▸ TASK DESCRIPTION
Produce a verbatim transcription of the records below, beginning at the line containing "f 153 284 295" and ending at the final line; include only those lines.

▸ DATASET ENTRIES
----

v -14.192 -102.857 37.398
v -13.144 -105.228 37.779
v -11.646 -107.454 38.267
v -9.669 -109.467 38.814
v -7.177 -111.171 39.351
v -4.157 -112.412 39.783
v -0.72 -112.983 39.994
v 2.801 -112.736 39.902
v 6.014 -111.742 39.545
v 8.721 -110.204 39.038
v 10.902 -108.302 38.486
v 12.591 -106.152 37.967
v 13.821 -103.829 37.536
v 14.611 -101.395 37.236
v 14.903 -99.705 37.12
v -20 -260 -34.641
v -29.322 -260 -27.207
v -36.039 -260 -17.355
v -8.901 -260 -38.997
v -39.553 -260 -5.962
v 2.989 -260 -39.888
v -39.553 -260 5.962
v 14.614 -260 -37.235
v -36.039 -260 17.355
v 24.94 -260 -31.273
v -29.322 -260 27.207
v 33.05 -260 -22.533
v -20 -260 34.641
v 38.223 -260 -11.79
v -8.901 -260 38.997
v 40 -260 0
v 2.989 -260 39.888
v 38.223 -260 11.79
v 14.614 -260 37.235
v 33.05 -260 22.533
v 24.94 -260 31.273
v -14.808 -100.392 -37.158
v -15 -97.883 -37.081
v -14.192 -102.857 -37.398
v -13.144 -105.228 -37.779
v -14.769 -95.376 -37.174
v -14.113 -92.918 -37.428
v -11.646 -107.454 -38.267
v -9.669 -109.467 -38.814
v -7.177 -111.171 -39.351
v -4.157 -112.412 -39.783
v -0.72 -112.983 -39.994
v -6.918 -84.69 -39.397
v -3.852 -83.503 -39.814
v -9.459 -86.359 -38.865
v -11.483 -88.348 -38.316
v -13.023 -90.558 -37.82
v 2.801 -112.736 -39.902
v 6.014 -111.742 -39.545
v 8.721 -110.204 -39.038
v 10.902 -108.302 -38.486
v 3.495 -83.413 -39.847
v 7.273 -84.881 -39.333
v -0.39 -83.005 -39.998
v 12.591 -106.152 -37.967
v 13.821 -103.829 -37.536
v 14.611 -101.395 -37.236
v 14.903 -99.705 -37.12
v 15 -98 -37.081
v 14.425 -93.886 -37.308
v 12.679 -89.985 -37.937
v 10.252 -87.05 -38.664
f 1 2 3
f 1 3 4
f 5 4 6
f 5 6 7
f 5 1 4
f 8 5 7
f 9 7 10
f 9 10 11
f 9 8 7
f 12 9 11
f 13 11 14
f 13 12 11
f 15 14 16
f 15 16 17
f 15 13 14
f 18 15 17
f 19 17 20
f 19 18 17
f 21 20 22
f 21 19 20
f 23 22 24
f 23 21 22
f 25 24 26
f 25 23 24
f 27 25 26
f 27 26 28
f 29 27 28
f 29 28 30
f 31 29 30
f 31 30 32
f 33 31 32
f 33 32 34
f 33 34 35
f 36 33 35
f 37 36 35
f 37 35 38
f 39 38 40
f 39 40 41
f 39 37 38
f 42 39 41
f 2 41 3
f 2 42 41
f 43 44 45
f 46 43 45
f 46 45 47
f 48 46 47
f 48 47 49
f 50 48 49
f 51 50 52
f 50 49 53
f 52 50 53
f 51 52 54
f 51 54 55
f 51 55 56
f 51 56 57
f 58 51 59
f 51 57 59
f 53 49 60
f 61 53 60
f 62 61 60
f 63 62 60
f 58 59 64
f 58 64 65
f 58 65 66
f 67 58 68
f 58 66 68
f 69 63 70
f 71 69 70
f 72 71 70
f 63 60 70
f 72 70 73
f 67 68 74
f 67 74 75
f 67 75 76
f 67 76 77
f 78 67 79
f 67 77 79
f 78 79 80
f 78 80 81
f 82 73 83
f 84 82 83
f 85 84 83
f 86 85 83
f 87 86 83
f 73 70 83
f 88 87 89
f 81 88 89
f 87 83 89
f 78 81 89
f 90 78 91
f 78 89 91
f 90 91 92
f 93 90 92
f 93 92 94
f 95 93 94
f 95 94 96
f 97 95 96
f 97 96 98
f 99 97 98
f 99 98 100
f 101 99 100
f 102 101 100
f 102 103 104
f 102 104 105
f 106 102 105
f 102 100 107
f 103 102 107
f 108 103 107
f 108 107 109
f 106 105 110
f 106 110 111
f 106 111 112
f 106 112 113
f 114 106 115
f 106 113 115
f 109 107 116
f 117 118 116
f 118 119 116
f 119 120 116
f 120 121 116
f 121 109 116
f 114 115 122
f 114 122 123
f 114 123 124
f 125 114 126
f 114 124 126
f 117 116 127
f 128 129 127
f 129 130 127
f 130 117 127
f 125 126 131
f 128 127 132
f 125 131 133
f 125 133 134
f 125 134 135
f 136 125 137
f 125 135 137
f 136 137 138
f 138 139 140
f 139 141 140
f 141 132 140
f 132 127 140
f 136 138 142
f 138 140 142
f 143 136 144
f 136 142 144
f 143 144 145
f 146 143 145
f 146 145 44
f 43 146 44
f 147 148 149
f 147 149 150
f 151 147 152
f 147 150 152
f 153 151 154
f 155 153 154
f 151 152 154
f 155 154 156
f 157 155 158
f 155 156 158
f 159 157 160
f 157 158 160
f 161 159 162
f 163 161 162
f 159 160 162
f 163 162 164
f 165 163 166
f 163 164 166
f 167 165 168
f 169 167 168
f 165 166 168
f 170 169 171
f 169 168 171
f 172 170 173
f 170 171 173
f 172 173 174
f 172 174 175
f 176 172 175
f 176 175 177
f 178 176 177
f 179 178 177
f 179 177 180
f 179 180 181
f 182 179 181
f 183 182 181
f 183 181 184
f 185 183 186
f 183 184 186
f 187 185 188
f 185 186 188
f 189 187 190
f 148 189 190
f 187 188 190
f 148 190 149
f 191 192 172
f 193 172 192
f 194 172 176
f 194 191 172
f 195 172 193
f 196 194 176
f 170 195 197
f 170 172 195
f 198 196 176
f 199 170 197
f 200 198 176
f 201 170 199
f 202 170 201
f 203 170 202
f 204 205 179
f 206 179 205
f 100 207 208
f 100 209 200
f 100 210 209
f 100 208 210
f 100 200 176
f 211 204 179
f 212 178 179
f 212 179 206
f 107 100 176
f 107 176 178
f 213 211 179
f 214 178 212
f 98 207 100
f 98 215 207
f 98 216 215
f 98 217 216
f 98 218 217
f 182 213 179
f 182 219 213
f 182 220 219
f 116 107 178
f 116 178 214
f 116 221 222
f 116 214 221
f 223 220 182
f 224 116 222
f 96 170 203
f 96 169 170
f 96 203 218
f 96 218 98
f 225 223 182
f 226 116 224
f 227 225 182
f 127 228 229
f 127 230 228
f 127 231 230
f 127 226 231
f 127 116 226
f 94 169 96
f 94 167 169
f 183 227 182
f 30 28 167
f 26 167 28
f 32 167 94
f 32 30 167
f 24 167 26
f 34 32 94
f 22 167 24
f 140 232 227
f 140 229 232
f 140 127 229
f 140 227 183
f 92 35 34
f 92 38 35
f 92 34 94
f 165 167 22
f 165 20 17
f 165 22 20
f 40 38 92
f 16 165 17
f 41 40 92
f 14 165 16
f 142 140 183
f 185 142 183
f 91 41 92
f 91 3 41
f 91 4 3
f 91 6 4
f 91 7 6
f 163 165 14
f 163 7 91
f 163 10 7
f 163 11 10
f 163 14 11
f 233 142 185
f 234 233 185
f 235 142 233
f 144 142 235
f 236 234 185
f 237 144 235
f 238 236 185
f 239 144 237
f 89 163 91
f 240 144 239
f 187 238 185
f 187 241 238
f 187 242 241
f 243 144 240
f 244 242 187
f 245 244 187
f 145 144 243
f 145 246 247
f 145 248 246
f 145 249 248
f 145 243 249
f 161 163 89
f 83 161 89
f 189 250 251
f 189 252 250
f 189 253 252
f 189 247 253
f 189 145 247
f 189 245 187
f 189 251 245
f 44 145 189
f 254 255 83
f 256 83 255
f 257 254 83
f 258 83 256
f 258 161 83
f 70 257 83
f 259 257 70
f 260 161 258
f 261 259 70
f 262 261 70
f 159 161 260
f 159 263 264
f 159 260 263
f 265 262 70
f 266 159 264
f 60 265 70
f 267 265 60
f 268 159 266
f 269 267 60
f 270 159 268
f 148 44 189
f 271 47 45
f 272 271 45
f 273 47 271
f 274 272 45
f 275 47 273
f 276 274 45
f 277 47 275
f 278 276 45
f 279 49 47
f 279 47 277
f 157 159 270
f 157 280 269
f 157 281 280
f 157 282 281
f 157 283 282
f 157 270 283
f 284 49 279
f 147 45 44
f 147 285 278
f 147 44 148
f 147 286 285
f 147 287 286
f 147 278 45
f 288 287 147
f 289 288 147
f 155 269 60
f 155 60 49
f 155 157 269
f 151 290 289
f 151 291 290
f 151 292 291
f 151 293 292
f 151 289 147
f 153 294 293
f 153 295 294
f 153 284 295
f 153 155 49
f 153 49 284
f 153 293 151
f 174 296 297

----

▸ COMPLETED TASK
f 153 284 295
f 153 155 49
f 153 49 284
f 153 293 151
f 174 296 297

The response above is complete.